Local food writer Beth Dooley was attending a meeting on food and nutrition in St. Paul schools about 20 years ago when a burly, bearded man in overalls hijacked the confab.

The man "kind of barged in and said how we're feeding the kids crap, and they don't understand where the food comes from," Dooley recalled recently. "He was a pioneer, and he was incredibly radical."

Dooley soon learned that the ardent sustainable-agriculture activist was Bruce Bacon, a Ramsey, Minn., farmer whose influence left an indelible mark on the Twin Cities restaurant and food scene.

Bacon, 76, died Oct. 3 at his home, known as Garden Farme, which has been in his family for more than 100 years. His close friend of more than 50 years, David Rubenstein, said Bacon suffered a stroke in the summer and likely passed away in his sleep from another stroke.

"Bruce was a force," Rubenstein said.

Bacon grew up in Anoka and attended the University of Oregon and the University of Minnesota. It was at the U that he befriended Rubenstein during the tumultuous 1960s.

"We were anti-Vietnam war and anti- a lot of other things, including the St. Paul campus [agriculture] school, which we considered a handmaiden to the chemical industry and big agriculture," Rubenstein said.

At the start of the next decade — 1970 — Bacon returned to the family farm to seek refuge from the unrest of the university's West Bank. He moved in with his great-uncle Joe, who grew corn and other crops, and slowly began rebuilding the farm's soil.

For years Bacon gathered hay from one neighbor, horse manure from another and wood chips from a local municipality to amend the fields. The farm was certified organic in 1977 and would come to host innumerable visitors, including a contingent of students from China and musicians such as Spider John Koerner, Willie Murphy and the Cactus Blossoms.

"The soil he built is amazing," Rubenstein said. "You can stand there on a dry day and push a pitchfork 10 inches into the ground."

Kristin Tombers, owner of Clancey's Meats and Fish, was so impressed with basil grown on Bacon's farm that in 2004 she placed an overly optimistic order: 20 pounds. "And he didn't say anything," Tombers said with a laugh. "He just let us take 20 pounds of basil, and bag after bag of basil came in the door."

He supplied produce and honey to local co-ops and several restaurants, including the Birchwood Cafe. He also freely gave away what he grew and gathered.

"Every time you saw Bruce, he was giving someone" honey, squash or garlic, said Dooley. "He was incredibly generous."

His generosity extended to his own home, where several people lived throughout the years while helping around the farm. Many sought him out to learn how to work the land; others were simply in transition, and some had nowhere else to go.
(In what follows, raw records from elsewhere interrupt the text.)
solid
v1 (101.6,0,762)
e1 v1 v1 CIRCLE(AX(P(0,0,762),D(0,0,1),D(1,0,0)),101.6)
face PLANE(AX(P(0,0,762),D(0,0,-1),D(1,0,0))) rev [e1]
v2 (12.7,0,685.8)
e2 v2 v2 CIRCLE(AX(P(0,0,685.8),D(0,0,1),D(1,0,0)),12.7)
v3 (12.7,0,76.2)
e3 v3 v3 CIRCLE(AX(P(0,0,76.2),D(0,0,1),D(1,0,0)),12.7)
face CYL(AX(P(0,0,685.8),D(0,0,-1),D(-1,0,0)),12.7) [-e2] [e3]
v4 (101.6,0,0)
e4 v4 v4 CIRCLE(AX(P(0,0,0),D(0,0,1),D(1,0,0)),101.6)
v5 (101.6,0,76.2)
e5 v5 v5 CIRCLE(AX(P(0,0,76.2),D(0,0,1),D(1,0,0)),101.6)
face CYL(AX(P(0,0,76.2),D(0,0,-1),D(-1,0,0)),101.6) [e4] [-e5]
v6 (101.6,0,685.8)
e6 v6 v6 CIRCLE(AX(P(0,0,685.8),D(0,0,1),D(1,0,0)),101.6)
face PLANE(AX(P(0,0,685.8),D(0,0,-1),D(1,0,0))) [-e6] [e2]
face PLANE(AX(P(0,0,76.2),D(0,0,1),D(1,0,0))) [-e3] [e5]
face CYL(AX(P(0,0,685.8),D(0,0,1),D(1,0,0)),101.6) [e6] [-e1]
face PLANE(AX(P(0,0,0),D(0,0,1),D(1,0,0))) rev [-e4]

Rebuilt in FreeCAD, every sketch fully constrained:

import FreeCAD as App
import Part
import Sketcher
from FreeCAD import Vector
Q = App.Units.Quantity

doc = App.newDocument("Part")
body = doc.addObject("PartDesign::Body", "Body")

sketch1 = body.newObject("Sketcher::SketchObject", "Sketch")
sketch1.AttachmentSupport = (doc.getObject("XY_Plane"), [""])
sketch1.MapMode = "FlatFace"
sketch1.addGeometry(Part.Circle(Vector(0, 0, 0), Vector(0, 0, 1), 102), False)
sketch1.addConstraint([
    Sketcher.Constraint("Coincident", 0, 3, -1, 1),
    Sketcher.Constraint("Diameter", 0, Q("8 in")),
])
pad1 = body.newObject("PartDesign::Pad", "Pad")
pad1.Profile = sketch1
pad1.Length = Q("3 in")

sketch2 = body.newObject("Sketcher::SketchObject", "Sketch001")
sketch2.AttachmentSupport = (doc.getObject("XY_Plane"), [""])
sketch2.MapMode = "FlatFace"
sketch2.AttachmentOffset = App.Placement(Vector(0, 0, 3 * 25.4), App.Rotation())
sketch2.addGeometry(Part.Circle(Vector(0, 0, 0), Vector(0, 0, 1), 13), False)
sketch2.addConstraint([
    Sketcher.Constraint("Coincident", 0, 3, -1, 1),
    Sketcher.Constraint("Diameter", 0, Q("1 in")),
])
pad2 = body.newObject("PartDesign::Pad", "Pad001")
pad2.Profile = sketch2
pad2.Length = Q("24 in")
doc.recompute()

datumplane = body.newObject("PartDesign::Plane", "DatumPlane")
datumplane.AttachmentSupport = (doc.getObject("XY_Plane"), [""])
datumplane.MapMode = "FlatFace"
datumplane.AttachmentOffset = App.Placement(Vector(0, 0, 15 * 25.4), App.Rotation())
mirrored = body.newObject("PartDesign::Mirrored", "Mirrored")
mirrored.Originals = [pad1]
mirrored.MirrorPlane = (datumplane, [""])
body.Tip = mirrored

doc.recompute()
"It was just this big ol' family," Dooley said. "It was a welcoming place for people."

Photographer John Ratzloff spent five years in the farmhouse, which he recalls was plastered with maps and hundreds of old family photos.

"I met so many young people — idealistic people," Ratzloff said. Bacon "needed support, and he liked the company."

Friends said Bacon's biggest passion was educating others about soil health and farming.

"It was fun how eager he always was to pull a crabapple off a tree and have you smell it," Tombers said. "Anything off his land he was eager for you to see it, smell it, know about it. He was all about education."

Bacon is survived by two sons, Justin and Thorsten Bacon, and five grandchildren. One memorial service has been held, and another is pending. The future of Garden Farme is unclear.